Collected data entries
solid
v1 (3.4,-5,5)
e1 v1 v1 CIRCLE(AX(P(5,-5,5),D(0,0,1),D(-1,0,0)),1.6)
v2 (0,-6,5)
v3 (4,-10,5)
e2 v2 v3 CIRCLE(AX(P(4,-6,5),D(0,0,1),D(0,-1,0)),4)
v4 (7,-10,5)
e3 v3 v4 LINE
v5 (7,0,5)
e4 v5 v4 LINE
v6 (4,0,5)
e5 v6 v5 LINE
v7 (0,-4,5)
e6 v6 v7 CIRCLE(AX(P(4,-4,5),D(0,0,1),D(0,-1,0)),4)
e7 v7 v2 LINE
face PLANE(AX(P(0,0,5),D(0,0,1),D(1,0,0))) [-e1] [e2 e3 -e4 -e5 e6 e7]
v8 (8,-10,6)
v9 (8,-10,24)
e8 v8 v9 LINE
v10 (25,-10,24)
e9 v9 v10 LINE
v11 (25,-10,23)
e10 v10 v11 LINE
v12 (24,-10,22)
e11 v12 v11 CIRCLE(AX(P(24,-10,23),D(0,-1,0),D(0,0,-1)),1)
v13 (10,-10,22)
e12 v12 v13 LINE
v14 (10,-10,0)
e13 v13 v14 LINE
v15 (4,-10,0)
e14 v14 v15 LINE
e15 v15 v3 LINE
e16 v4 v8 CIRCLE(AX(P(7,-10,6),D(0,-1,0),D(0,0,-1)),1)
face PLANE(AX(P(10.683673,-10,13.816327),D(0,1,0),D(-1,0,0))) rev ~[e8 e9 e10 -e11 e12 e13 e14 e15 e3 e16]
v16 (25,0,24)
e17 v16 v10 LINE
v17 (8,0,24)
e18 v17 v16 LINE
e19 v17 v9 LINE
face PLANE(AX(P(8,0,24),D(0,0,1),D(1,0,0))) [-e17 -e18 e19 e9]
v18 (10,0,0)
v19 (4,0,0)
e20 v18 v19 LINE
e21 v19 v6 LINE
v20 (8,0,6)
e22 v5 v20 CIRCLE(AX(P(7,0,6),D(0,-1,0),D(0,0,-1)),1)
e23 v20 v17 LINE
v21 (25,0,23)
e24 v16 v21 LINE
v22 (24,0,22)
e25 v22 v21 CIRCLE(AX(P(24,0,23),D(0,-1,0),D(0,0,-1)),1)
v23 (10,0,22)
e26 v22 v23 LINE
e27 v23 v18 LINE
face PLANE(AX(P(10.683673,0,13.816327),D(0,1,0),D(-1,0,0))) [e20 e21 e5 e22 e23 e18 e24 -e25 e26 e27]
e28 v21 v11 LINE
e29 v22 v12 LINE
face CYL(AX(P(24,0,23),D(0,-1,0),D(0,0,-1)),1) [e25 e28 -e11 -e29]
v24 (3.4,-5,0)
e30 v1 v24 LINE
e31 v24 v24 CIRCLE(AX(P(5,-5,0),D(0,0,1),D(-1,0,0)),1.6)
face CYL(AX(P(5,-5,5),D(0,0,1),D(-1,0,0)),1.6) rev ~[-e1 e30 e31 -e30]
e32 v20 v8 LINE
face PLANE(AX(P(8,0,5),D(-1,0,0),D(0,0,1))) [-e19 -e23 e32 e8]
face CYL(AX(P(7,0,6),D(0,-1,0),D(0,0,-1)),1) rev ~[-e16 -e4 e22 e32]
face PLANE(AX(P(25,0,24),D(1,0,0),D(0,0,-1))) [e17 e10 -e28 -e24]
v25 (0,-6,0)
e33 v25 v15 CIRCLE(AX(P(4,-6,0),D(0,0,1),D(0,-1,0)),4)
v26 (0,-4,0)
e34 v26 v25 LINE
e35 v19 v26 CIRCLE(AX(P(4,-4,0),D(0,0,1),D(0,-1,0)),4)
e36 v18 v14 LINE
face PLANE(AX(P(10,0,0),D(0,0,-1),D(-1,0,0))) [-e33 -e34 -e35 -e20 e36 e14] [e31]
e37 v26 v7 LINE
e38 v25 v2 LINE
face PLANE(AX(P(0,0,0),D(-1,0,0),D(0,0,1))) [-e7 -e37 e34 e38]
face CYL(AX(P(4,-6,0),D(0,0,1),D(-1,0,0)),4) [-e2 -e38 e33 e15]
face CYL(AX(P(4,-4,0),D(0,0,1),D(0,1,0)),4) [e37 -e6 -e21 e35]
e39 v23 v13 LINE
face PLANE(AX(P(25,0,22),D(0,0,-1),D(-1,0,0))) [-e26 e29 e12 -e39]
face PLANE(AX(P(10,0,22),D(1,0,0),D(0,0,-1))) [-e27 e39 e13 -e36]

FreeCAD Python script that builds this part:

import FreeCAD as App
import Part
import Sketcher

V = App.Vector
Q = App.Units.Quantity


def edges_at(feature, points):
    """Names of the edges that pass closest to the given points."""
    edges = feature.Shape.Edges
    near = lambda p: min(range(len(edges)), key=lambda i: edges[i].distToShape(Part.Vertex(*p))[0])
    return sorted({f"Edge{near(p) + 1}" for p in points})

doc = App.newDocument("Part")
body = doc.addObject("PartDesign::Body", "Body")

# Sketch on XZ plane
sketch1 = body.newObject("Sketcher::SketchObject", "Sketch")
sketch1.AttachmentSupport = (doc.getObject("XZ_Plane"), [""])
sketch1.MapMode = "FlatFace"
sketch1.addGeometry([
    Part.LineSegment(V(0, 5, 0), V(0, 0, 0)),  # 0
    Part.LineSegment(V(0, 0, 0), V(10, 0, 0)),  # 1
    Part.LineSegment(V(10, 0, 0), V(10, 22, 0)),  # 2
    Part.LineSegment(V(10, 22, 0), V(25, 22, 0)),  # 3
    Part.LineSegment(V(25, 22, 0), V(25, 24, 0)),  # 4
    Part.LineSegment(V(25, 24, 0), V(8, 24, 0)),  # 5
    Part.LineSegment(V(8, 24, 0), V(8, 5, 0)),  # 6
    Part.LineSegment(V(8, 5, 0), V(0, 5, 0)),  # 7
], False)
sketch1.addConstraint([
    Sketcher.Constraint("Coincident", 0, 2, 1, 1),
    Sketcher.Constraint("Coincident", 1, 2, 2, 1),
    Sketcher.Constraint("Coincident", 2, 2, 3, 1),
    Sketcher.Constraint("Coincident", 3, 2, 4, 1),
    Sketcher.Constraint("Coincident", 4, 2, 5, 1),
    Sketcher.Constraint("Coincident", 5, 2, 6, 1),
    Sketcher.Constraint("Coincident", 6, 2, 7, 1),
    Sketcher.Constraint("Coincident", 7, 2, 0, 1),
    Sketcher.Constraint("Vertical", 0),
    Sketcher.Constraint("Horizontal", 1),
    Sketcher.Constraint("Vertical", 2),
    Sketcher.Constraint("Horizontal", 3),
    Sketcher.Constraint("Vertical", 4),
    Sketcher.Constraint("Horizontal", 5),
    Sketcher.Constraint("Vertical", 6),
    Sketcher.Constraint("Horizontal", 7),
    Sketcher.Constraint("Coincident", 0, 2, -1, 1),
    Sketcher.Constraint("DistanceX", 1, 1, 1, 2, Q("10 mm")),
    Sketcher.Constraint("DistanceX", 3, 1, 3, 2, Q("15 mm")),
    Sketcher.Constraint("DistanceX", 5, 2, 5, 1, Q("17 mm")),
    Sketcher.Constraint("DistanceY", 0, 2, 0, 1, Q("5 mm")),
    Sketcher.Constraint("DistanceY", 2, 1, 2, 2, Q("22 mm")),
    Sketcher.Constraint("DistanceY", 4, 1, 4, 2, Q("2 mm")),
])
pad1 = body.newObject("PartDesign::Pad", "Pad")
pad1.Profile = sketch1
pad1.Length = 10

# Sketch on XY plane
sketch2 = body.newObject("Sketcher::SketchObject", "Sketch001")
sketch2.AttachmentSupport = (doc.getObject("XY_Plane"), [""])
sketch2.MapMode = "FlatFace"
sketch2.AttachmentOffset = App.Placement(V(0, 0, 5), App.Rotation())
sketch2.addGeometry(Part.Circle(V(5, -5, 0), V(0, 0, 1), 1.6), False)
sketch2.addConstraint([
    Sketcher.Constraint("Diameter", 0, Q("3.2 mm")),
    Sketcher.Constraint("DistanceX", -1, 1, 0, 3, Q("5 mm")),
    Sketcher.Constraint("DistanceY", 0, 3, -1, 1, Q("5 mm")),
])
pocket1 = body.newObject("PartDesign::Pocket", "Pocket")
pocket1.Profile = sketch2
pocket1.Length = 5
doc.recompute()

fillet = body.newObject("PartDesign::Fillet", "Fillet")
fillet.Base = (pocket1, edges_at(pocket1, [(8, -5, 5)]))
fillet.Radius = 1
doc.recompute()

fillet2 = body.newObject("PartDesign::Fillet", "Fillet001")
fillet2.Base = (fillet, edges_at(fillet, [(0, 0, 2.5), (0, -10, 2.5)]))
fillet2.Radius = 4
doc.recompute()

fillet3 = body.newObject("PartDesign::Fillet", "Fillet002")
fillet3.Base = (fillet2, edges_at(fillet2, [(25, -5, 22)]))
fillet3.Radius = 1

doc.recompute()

**Task brief:** Starting at the line above that holds "v11 (25,-10,23)" and ending at the line that holds "v19 (4,0,0)", transcribe each line exactly and include no other lines.

**Response to this exercise:**
v11 (25,-10,23)
e10 v10 v11 LINE
v12 (24,-10,22)
e11 v12 v11 CIRCLE(AX(P(24,-10,23),D(0,-1,0),D(0,0,-1)),1)
v13 (10,-10,22)
e12 v12 v13 LINE
v14 (10,-10,0)
e13 v13 v14 LINE
v15 (4,-10,0)
e14 v14 v15 LINE
e15 v15 v3 LINE
e16 v4 v8 CIRCLE(AX(P(7,-10,6),D(0,-1,0),D(0,0,-1)),1)
face PLANE(AX(P(10.683673,-10,13.816327),D(0,1,0),D(-1,0,0))) rev ~[e8 e9 e10 -e11 e12 e13 e14 e15 e3 e16]
v16 (25,0,24)
e17 v16 v10 LINE
v17 (8,0,24)
e18 v17 v16 LINE
e19 v17 v9 LINE
face PLANE(AX(P(8,0,24),D(0,0,1),D(1,0,0))) [-e17 -e18 e19 e9]
v18 (10,0,0)
v19 (4,0,0)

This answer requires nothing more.